**WHAT IS REQUIRED**: Make an exact copy of all the data.

Saved data entries:

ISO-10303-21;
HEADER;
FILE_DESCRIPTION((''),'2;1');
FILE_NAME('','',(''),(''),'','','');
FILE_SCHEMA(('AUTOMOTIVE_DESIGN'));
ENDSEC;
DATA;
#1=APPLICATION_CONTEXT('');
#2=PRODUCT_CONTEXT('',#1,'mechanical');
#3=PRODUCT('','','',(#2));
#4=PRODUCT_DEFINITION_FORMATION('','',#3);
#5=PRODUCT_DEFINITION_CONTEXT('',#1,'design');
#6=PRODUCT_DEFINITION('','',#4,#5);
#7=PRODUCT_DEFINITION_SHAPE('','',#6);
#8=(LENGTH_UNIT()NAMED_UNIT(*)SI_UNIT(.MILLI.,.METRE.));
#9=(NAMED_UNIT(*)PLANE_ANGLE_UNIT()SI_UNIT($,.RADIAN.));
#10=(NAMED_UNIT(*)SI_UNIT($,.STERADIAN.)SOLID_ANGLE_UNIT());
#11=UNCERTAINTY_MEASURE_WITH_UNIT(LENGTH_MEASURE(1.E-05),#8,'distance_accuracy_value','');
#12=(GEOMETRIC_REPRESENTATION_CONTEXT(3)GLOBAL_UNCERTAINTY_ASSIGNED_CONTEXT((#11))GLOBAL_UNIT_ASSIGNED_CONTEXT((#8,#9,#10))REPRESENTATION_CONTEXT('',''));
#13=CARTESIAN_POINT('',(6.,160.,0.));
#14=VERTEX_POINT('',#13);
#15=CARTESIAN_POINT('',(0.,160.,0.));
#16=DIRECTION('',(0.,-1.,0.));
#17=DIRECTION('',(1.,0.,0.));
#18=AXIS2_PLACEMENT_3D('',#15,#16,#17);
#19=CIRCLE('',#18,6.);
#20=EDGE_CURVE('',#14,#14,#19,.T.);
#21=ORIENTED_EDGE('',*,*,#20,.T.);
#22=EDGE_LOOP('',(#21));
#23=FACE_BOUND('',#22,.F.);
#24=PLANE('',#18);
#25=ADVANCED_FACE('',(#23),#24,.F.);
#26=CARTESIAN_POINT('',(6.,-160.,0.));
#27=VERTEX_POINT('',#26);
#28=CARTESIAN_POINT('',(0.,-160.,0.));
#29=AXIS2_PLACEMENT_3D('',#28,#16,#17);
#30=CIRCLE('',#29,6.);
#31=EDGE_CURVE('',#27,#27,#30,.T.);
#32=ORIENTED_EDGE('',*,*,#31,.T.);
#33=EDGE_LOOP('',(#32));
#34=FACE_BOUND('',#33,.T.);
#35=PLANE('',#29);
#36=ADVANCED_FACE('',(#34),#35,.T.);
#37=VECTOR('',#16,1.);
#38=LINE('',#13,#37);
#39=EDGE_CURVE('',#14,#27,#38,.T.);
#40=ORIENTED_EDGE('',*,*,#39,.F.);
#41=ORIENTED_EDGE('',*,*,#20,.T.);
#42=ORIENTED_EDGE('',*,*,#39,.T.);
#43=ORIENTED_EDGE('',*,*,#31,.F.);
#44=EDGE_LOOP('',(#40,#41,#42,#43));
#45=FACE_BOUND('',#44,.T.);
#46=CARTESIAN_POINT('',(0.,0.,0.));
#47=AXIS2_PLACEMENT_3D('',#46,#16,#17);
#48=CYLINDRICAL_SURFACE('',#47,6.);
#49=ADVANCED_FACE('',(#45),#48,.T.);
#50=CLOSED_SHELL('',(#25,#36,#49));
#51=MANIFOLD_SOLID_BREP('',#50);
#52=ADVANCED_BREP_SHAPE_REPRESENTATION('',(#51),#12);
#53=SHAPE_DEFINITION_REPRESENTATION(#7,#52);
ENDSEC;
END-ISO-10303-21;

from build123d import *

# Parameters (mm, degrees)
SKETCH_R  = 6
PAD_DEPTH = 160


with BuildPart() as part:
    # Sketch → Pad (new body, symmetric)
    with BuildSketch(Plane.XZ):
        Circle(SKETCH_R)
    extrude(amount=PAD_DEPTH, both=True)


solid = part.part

**ANSWER AREA**:
ISO-10303-21;
HEADER;
FILE_DESCRIPTION((''),'2;1');
FILE_NAME('','',(''),(''),'','','');
FILE_SCHEMA(('AUTOMOTIVE_DESIGN'));
ENDSEC;
DATA;
#1=APPLICATION_CONTEXT('');
#2=PRODUCT_CONTEXT('',#1,'mechanical');
#3=PRODUCT('','','',(#2));
#4=PRODUCT_DEFINITION_FORMATION('','',#3);
#5=PRODUCT_DEFINITION_CONTEXT('',#1,'design');
#6=PRODUCT_DEFINITION('','',#4,#5);
#7=PRODUCT_DEFINITION_SHAPE('','',#6);
#8=(LENGTH_UNIT()NAMED_UNIT(*)SI_UNIT(.MILLI.,.METRE.));
#9=(NAMED_UNIT(*)PLANE_ANGLE_UNIT()SI_UNIT($,.RADIAN.));
#10=(NAMED_UNIT(*)SI_UNIT($,.STERADIAN.)SOLID_ANGLE_UNIT());
#11=UNCERTAINTY_MEASURE_WITH_UNIT(LENGTH_MEASURE(1.E-05),#8,'distance_accuracy_value','');
#12=(GEOMETRIC_REPRESENTATION_CONTEXT(3)GLOBAL_UNCERTAINTY_ASSIGNED_CONTEXT((#11))GLOBAL_UNIT_ASSIGNED_CONTEXT((#8,#9,#10))REPRESENTATION_CONTEXT('',''));
#13=CARTESIAN_POINT('',(6.,160.,0.));
#14=VERTEX_POINT('',#13);
#15=CARTESIAN_POINT('',(0.,160.,0.));
#16=DIRECTION('',(0.,-1.,0.));
#17=DIRECTION('',(1.,0.,0.));
#18=AXIS2_PLACEMENT_3D('',#15,#16,#17);
#19=CIRCLE('',#18,6.);
#20=EDGE_CURVE('',#14,#14,#19,.T.);
#21=ORIENTED_EDGE('',*,*,#20,.T.);
#22=EDGE_LOOP('',(#21));
#23=FACE_BOUND('',#22,.F.);
#24=PLANE('',#18);
#25=ADVANCED_FACE('',(#23),#24,.F.);
#26=CARTESIAN_POINT('',(6.,-160.,0.));
#27=VERTEX_POINT('',#26);
#28=CARTESIAN_POINT('',(0.,-160.,0.));
#29=AXIS2_PLACEMENT_3D('',#28,#16,#17);
#30=CIRCLE('',#29,6.);
#31=EDGE_CURVE('',#27,#27,#30,.T.);
#32=ORIENTED_EDGE('',*,*,#31,.T.);
#33=EDGE_LOOP('',(#32));
#34=FACE_BOUND('',#33,.T.);
#35=PLANE('',#29);
#36=ADVANCED_FACE('',(#34),#35,.T.);
#37=VECTOR('',#16,1.);
#38=LINE('',#13,#37);
#39=EDGE_CURVE('',#14,#27,#38,.T.);
#40=ORIENTED_EDGE('',*,*,#39,.F.);
#41=ORIENTED_EDGE('',*,*,#20,.T.);
#42=ORIENTED_EDGE('',*,*,#39,.T.);
#43=ORIENTED_EDGE('',*,*,#31,.F.);
#44=EDGE_LOOP('',(#40,#41,#42,#43));
#45=FACE_BOUND('',#44,.T.);
#46=CARTESIAN_POINT('',(0.,0.,0.));
#47=AXIS2_PLACEMENT_3D('',#46,#16,#17);
#48=CYLINDRICAL_SURFACE('',#47,6.);
#49=ADVANCED_FACE('',(#45),#48,.T.);
#50=CLOSED_SHELL('',(#25,#36,#49));
#51=MANIFOLD_SOLID_BREP('',#50);
#52=ADVANCED_BREP_SHAPE_REPRESENTATION('',(#51),#12);
#53=SHAPE_DEFINITION_REPRESENTATION(#7,#52);
ENDSEC;
END-ISO-10303-21;

from build123d import *

# Parameters (mm, degrees)
SKETCH_R  = 6
PAD_DEPTH = 160


with BuildPart() as part:
    # Sketch → Pad (new body, symmetric)
    with BuildSketch(Plane.XZ):
        Circle(SKETCH_R)
    extrude(amount=PAD_DEPTH, both=True)


solid = part.part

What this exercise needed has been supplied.